In 1933, Grand Mufti Haj Amin al-Husseini arranged for several thousand demonstrators, in cities across Palestine, to protest against the government’s immigration policy; as nearly 30,000 Jews had immigrated into Palestine that year. In the weeks that followed Arab demonstrators clashed with Police in Jerusalem, Jaffa, Nablus, and Haifa; then at the end of the violence, the official death toll had reached thirty eight (half of the dead were killed in Jaffa’s Clock Square alone) – including a policeman and a 6 year old boy. With another two hundred injured, Khalil al-Sakakini (an Arab Christian who was arrested by Ottoman authorities in 1917 after he sheltered a Polish-American Jew and fellow Jerusalemite, Alter Levine) wrote to his son, Sari, “Today…Palestine has become a Battlefield…What tomorrow will bring, god only knows”. It is clear that the Arabs were as disgruntled about their predicament – losing ‘their homeland’ - as the Zionists were about the ‘hindrances’ to their goal ‘caused by the Arabs’.

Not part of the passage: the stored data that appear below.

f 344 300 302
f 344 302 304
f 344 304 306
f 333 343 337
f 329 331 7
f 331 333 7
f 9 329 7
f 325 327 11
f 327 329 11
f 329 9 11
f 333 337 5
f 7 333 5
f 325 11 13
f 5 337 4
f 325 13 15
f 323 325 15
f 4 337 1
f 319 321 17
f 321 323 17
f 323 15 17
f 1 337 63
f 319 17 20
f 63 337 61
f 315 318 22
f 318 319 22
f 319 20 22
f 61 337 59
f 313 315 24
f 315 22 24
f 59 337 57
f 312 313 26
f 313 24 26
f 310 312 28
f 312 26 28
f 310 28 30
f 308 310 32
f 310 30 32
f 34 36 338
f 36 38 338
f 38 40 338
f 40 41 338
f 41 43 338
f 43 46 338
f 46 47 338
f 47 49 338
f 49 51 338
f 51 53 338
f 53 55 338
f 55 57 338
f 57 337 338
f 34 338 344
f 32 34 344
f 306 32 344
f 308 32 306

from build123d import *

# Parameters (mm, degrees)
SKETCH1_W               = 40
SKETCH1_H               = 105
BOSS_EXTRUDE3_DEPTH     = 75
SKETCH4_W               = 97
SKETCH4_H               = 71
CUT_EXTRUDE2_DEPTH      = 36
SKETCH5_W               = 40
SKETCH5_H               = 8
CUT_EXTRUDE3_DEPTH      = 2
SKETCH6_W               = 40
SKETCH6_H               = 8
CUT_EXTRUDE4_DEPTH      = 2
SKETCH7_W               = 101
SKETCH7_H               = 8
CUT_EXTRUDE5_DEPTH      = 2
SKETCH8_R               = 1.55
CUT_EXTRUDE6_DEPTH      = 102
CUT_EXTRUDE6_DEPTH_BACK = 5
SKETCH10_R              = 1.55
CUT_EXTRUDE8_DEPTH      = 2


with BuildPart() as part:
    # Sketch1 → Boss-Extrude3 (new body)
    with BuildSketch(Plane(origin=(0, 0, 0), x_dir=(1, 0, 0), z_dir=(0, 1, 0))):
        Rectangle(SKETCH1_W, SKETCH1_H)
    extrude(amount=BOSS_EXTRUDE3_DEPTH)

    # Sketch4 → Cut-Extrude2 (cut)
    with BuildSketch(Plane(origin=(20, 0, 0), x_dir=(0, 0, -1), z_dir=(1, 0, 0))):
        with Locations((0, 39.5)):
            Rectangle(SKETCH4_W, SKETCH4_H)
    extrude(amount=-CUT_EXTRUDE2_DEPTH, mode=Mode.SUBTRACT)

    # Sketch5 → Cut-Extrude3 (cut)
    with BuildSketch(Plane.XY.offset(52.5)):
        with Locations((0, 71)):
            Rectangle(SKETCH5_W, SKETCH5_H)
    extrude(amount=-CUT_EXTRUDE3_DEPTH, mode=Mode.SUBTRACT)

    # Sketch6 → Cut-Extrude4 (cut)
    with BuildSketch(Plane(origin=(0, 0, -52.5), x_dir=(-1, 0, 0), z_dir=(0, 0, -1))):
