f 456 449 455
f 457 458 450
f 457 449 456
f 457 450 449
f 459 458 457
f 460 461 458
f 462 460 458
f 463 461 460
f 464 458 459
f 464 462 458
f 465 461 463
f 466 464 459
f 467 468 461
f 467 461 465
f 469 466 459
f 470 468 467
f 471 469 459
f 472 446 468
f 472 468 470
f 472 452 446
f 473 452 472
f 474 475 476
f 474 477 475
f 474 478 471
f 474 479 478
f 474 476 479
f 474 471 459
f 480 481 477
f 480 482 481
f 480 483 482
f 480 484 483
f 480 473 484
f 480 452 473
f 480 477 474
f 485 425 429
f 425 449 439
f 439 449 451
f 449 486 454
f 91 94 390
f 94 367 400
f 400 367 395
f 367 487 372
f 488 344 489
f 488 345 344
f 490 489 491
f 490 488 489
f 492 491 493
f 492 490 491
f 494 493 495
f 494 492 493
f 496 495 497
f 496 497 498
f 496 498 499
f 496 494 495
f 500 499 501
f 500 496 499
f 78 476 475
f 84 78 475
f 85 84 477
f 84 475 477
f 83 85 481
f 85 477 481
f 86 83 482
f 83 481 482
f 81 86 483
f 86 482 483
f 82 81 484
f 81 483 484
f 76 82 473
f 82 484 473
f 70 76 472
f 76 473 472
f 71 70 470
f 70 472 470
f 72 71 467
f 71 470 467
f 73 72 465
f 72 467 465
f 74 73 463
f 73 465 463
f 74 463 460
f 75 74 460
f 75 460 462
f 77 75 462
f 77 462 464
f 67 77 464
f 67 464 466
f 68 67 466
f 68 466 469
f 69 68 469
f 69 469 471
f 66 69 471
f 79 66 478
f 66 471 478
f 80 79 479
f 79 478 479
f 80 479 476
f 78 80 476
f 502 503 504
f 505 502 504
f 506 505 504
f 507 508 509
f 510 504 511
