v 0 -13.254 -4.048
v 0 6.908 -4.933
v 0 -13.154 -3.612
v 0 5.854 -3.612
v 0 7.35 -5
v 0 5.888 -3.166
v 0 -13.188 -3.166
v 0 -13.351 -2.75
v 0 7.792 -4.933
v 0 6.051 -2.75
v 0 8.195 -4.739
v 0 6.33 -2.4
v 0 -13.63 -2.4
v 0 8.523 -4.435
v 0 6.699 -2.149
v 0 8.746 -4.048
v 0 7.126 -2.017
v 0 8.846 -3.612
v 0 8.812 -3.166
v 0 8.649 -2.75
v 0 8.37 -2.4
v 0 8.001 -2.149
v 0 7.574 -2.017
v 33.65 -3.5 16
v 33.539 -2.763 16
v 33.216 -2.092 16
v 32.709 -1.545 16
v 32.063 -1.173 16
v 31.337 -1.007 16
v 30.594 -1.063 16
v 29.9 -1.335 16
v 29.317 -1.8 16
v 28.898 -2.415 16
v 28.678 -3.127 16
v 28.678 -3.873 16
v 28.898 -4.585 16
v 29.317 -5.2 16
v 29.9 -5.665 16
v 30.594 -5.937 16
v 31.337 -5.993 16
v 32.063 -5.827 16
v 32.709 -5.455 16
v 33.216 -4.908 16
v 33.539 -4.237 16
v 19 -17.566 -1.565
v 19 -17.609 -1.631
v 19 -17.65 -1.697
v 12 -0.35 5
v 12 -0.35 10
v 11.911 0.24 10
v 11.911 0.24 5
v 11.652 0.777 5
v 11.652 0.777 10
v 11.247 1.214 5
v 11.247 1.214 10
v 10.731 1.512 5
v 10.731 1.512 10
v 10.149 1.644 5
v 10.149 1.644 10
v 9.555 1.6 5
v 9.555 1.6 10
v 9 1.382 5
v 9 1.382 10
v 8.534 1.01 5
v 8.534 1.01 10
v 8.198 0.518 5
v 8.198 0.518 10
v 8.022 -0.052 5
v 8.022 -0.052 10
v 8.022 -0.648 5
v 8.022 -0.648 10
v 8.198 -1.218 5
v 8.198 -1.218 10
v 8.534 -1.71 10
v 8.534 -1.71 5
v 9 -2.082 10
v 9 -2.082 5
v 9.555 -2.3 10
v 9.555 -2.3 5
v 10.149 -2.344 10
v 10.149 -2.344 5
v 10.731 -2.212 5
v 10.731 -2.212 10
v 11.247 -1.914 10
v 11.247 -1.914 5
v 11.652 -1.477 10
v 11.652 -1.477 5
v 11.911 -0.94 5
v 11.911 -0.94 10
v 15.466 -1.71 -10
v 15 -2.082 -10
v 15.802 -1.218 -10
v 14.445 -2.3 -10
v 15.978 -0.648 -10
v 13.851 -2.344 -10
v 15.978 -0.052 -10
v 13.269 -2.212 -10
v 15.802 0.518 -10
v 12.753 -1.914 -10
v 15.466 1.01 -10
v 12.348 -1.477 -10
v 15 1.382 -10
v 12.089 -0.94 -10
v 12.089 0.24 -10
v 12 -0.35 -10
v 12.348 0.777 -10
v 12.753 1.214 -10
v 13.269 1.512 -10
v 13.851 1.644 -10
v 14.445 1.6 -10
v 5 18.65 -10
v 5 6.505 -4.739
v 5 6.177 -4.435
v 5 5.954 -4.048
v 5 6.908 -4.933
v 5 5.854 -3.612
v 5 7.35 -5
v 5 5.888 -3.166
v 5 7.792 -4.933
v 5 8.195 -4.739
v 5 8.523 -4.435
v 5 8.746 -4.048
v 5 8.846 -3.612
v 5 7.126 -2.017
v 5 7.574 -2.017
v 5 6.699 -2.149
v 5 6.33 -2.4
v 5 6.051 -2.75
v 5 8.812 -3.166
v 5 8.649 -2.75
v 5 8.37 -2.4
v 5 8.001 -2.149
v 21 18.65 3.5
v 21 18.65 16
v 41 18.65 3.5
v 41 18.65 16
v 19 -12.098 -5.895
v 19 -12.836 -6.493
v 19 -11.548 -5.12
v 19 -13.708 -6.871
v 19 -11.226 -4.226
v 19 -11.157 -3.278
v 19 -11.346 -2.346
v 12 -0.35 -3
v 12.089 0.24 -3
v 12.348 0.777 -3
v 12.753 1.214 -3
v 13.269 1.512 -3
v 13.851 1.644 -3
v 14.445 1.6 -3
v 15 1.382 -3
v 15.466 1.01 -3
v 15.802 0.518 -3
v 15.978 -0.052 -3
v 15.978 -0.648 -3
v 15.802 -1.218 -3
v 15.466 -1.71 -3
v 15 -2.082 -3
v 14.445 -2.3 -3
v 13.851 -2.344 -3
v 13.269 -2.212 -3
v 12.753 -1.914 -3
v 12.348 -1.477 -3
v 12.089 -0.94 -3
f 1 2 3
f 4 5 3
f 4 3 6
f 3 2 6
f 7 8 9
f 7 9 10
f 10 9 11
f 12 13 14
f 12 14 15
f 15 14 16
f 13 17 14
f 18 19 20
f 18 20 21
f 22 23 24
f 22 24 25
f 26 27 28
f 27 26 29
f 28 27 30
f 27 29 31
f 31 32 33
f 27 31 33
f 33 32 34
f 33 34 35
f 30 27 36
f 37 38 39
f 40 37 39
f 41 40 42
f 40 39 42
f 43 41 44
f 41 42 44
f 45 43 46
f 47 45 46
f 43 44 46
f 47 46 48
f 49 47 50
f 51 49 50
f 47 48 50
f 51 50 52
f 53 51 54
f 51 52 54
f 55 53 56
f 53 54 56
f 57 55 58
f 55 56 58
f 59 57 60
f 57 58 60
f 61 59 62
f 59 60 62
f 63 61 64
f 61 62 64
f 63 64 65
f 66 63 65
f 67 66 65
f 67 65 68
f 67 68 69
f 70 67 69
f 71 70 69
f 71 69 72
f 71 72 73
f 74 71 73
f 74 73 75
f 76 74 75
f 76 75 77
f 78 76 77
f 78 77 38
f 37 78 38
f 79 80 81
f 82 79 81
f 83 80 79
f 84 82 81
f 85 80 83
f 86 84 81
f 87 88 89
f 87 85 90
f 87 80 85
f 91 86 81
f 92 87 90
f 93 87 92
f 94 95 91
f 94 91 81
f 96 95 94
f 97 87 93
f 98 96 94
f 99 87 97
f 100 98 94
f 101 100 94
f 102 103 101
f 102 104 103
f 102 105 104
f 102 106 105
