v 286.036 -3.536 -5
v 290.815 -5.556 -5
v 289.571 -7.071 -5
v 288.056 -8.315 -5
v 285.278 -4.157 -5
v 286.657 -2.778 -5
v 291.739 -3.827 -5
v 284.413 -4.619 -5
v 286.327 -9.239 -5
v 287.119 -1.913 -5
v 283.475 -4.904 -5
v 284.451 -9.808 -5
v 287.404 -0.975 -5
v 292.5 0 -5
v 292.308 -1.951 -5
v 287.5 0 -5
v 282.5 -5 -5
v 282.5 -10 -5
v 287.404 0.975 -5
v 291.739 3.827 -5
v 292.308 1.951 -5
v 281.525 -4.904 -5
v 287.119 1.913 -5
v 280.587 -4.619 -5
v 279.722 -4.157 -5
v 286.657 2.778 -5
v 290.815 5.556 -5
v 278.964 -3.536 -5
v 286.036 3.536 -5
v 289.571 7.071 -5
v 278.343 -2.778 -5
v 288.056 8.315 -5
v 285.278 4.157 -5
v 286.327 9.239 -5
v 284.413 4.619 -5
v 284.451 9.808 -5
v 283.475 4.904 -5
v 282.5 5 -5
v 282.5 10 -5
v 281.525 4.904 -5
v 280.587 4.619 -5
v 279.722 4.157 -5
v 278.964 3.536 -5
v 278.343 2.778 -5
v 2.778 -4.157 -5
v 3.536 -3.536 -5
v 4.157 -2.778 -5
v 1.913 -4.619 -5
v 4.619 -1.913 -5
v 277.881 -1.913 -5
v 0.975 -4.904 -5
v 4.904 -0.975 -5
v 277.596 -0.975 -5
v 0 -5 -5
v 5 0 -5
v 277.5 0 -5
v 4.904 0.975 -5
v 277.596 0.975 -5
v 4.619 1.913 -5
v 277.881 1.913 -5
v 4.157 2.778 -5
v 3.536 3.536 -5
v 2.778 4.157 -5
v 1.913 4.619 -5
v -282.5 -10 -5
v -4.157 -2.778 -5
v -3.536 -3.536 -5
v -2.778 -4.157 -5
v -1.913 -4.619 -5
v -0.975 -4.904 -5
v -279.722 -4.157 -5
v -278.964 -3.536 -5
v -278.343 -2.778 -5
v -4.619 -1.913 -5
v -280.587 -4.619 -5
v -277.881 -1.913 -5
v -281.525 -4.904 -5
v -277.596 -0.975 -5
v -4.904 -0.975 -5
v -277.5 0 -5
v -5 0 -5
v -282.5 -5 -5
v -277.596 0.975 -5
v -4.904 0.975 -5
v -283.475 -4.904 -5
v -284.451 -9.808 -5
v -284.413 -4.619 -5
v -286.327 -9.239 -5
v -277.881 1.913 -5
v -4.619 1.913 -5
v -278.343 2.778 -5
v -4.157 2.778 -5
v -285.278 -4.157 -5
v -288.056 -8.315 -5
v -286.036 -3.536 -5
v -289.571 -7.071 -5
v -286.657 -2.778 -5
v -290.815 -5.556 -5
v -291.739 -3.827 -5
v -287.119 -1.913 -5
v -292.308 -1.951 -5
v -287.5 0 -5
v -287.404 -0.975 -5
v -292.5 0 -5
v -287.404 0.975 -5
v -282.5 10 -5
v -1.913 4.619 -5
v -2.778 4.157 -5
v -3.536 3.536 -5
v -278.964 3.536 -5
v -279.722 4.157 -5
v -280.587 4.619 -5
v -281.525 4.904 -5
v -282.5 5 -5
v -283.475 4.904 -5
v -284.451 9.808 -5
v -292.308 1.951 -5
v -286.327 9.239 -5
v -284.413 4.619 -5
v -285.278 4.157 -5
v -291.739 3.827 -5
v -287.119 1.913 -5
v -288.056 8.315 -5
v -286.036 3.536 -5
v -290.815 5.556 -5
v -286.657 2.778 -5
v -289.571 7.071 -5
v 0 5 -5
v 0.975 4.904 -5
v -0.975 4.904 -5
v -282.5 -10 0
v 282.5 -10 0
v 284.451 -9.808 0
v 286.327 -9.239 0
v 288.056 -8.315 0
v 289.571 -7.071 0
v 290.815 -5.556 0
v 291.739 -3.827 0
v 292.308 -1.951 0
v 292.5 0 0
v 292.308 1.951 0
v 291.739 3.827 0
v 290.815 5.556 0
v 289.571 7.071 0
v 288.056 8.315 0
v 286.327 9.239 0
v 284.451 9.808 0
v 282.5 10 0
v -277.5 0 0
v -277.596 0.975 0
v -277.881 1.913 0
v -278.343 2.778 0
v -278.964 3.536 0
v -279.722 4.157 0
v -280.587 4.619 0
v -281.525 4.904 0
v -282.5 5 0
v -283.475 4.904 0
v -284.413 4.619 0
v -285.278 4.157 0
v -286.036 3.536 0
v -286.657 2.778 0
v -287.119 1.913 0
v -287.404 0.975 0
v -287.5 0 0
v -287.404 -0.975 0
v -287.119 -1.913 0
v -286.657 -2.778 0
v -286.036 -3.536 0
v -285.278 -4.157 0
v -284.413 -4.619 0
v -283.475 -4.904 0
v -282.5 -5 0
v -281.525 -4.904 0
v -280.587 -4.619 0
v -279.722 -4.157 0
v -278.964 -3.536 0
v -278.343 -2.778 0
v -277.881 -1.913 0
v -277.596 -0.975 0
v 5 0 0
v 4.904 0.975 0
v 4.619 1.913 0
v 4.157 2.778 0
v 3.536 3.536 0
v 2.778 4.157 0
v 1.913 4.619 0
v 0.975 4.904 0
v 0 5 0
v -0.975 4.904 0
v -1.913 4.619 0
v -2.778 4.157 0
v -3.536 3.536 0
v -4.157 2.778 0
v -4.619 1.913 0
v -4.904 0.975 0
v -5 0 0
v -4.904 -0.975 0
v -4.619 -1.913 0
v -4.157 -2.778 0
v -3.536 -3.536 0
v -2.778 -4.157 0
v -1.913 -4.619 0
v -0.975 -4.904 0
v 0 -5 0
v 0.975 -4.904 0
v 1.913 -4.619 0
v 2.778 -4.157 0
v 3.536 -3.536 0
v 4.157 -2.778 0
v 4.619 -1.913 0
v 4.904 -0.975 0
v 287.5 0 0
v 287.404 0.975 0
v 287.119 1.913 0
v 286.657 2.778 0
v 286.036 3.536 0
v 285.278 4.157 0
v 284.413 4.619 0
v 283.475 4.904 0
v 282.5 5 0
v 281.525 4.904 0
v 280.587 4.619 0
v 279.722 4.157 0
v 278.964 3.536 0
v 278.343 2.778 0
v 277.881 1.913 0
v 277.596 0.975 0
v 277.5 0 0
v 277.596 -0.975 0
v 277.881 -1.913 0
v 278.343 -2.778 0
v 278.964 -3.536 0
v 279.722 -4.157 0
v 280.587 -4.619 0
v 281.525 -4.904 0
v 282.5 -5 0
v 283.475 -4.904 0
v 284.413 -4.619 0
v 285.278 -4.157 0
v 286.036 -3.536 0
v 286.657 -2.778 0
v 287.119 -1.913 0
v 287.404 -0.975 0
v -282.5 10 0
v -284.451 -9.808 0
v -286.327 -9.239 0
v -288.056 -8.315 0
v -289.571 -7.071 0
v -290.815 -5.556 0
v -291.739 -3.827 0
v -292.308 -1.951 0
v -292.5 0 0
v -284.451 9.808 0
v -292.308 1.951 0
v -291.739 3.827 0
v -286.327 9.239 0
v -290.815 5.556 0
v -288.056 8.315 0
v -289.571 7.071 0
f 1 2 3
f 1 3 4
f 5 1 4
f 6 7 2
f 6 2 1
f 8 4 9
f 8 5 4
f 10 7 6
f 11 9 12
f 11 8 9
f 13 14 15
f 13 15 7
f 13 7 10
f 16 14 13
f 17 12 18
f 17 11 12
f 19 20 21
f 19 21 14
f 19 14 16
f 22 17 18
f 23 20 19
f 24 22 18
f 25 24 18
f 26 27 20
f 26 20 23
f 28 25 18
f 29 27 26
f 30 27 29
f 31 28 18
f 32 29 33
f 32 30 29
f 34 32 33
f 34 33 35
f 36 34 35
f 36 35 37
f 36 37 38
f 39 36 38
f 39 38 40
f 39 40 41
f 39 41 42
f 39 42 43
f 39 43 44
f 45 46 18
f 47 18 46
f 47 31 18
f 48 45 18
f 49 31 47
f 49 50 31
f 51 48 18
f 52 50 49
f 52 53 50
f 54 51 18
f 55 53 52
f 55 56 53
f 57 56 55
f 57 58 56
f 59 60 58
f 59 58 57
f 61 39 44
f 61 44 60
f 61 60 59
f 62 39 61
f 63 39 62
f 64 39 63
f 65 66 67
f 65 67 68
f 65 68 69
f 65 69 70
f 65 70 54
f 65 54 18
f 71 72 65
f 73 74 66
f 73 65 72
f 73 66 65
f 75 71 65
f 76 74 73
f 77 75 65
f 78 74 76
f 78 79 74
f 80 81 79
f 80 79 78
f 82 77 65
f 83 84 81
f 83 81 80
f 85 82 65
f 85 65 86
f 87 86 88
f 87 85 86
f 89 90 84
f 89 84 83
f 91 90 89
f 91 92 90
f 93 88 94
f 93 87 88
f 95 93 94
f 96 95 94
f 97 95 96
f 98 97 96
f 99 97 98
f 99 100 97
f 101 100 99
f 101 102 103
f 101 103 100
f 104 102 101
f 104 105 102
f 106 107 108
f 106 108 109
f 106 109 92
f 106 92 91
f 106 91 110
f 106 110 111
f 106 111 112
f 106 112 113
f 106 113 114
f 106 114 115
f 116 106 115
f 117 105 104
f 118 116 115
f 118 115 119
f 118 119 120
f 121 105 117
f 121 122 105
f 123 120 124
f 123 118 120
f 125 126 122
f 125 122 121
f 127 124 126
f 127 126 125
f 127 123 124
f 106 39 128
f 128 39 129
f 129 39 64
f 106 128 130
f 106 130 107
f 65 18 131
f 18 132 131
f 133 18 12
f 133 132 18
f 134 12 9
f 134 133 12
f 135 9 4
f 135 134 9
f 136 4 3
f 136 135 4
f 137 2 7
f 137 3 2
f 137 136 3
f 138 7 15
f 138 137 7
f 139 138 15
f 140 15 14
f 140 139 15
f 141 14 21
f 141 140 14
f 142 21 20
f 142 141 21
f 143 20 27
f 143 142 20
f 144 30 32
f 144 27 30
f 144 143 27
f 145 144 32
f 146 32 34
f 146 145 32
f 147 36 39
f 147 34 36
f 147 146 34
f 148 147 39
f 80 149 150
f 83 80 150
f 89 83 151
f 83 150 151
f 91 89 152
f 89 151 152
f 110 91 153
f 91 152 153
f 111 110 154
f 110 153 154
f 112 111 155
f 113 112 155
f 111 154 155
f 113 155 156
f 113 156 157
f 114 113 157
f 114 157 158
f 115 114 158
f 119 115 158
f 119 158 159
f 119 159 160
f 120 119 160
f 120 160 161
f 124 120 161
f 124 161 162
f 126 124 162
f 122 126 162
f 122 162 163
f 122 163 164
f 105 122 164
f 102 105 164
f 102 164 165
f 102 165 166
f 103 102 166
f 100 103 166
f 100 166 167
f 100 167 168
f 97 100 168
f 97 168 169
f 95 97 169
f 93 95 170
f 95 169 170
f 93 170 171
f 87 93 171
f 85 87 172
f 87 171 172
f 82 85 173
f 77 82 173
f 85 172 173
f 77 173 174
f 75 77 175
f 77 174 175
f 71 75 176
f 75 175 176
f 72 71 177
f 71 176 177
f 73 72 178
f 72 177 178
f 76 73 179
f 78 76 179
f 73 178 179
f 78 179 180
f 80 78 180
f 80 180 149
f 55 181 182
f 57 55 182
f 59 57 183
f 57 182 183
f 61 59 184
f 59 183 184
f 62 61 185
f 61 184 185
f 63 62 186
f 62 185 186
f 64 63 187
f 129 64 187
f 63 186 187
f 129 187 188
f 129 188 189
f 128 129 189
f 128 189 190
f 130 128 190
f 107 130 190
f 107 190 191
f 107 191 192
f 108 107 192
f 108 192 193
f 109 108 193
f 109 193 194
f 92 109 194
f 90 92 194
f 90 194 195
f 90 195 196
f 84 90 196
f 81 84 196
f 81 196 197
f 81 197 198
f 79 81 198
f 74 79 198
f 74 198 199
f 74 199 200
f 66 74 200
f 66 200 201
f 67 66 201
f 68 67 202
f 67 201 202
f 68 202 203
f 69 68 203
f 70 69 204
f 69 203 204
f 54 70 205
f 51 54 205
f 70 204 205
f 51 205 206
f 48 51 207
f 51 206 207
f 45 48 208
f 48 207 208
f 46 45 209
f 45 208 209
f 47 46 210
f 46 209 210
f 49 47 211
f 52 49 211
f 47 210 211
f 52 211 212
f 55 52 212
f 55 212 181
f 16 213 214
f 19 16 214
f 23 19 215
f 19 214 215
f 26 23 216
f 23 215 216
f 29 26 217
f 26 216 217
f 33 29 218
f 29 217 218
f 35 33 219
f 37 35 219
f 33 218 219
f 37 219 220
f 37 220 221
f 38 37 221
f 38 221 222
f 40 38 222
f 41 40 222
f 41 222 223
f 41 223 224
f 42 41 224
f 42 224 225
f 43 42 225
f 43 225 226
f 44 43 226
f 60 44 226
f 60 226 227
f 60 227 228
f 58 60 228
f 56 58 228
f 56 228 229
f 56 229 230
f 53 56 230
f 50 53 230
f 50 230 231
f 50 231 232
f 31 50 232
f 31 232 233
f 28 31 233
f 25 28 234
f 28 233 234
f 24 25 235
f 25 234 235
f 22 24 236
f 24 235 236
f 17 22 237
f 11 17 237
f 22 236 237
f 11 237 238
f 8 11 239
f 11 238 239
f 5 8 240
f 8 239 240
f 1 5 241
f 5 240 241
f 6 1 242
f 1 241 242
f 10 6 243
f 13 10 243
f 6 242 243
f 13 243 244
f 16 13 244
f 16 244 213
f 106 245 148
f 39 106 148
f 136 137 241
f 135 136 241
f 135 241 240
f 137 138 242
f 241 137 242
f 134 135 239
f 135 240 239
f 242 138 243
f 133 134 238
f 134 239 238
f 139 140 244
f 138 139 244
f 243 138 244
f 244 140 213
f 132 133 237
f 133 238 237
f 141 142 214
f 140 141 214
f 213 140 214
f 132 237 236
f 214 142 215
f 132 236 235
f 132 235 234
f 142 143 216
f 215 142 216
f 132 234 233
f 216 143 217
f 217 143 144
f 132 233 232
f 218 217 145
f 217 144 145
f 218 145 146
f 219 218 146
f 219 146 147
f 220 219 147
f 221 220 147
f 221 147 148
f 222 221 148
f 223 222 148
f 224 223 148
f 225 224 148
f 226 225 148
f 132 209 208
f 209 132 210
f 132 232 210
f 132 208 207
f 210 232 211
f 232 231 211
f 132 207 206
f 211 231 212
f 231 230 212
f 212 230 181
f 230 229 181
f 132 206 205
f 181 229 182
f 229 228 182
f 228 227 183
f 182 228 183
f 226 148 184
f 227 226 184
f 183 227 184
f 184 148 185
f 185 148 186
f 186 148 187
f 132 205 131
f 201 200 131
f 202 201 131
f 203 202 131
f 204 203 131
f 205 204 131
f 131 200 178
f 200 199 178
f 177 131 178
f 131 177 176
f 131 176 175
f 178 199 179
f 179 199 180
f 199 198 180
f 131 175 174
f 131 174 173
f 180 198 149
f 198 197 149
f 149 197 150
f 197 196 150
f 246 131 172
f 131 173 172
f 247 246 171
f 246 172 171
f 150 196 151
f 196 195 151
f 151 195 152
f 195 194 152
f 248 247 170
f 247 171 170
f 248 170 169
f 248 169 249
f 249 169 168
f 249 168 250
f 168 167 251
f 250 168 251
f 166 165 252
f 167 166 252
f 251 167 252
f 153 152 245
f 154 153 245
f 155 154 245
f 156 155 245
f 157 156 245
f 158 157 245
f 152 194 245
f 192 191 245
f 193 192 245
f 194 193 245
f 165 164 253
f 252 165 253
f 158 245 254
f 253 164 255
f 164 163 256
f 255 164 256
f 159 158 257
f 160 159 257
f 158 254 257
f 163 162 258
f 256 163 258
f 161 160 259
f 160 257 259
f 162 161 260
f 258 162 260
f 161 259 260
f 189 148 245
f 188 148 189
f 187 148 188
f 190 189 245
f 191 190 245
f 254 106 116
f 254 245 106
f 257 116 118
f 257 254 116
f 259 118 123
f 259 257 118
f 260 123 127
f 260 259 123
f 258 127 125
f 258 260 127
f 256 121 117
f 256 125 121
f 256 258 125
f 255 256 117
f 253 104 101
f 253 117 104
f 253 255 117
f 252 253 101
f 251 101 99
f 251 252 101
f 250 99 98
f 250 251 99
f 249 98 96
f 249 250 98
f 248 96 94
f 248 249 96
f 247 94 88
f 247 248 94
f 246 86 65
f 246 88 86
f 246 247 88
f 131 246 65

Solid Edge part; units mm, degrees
sketch "Sketch1" plane through (0, 0, 0) normal (0, 0, 1) x (1, 0, 0)
  arc A0 (-282.5, -10) -> (-282.5, 10) centre (-282.5, 0) cw
  line L0 (-282.5, 10) -> (282.5, 10)
  arc A1 (282.5, 10) -> (282.5, -10) centre (282.5, 0) cw
  line L1 (282.5, -10) -> (-282.5, -10)
  circle A2 centre (-282.5, 0) radius 5
  circle A3 centre (282.5, 0) radius 5
  circle A4 centre (0, 0) radius 5
  dimension "D1" = 565
  dimension "D2" = 20
extrude "Protrusion1" add sketch "Sketch1" against normal blind 5
properties material "Stainless steel"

Reflecting on the incidents in December, 1933, Khalil al-Sakakini stated that, “Whoever investigates the rebellions in Palestine during the English period will see them as an ongoing development”. This statement could not be further from the truth. It would, of course, be quite narrow-minded to say that the protests ‘involved everyone’ from the beginning. It started with, as Palestinian Khalil al-Sakakini perceived, “locals in Jerusalem, the second broader and limited to a few cities and eventually encompassed all cities”. The conflict – demonstrations and violence (terrorism included) – had eventually involved all Palestinian Nationalist Arabs who were in fear of becoming a majority ruled by a minority (where Palestine would be a Jewish-ruled State). The incidents in 1933 can then be seen as “a single-chain of events” (Khalil al-Sakakini, 1933), which he believed also developed a message - placing emphasis on the goal of the demonstrations; “The entire world will see that the Arab nation is not easy prey”. The demonstrations themselves, of course, can be seen as a direct response to the British Mandate and policies at the time – the Zionists having the British perceptually on their side (or at least, in the Arab’s eyes). That being said, past ‘betrayals’ and disapproval of the Mandate system had left an accumulation of ill-felt loyalty to the British control which had then been fueled by further Jewish ‘oppression’ and incursion upon the Arab land. This had culminated to a single, focal point of unrest; a very unrest that the Arab nationalist movement would soon evoke upon their ‘oppressors’ in the years to come.